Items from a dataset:
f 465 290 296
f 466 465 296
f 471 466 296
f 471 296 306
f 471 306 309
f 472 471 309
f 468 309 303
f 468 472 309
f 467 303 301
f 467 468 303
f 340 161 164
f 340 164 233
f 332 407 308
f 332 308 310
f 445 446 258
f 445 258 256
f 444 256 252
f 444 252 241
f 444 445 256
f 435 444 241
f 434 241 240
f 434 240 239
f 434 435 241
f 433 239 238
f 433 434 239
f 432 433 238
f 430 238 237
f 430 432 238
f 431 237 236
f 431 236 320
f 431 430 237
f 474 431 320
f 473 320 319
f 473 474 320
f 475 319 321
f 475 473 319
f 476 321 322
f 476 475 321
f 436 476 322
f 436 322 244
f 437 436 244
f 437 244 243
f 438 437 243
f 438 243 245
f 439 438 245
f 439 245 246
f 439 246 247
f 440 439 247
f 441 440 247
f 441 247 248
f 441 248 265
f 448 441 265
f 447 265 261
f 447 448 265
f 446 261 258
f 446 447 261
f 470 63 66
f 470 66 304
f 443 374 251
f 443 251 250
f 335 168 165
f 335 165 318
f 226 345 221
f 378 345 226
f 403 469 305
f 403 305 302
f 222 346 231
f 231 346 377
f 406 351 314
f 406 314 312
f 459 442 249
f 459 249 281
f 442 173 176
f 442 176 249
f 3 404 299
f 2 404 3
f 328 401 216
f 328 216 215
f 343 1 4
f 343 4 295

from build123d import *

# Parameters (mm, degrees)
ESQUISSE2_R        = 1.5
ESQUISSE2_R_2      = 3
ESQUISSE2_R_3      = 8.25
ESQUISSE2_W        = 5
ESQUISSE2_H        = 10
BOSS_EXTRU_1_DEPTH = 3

▸ **Problem to work on**
Give back exactly the lines above, from the line containing "f 340 161 164" through the line containing "f 431 236 320", with both end lines and nothing more.

▸ **Task output**
f 340 161 164
f 340 164 233
f 332 407 308
f 332 308 310
f 445 446 258
f 445 258 256
f 444 256 252
f 444 252 241
f 444 445 256
f 435 444 241
f 434 241 240
f 434 240 239
f 434 435 241
f 433 239 238
f 433 434 239
f 432 433 238
f 430 238 237
f 430 432 238
f 431 237 236
f 431 236 320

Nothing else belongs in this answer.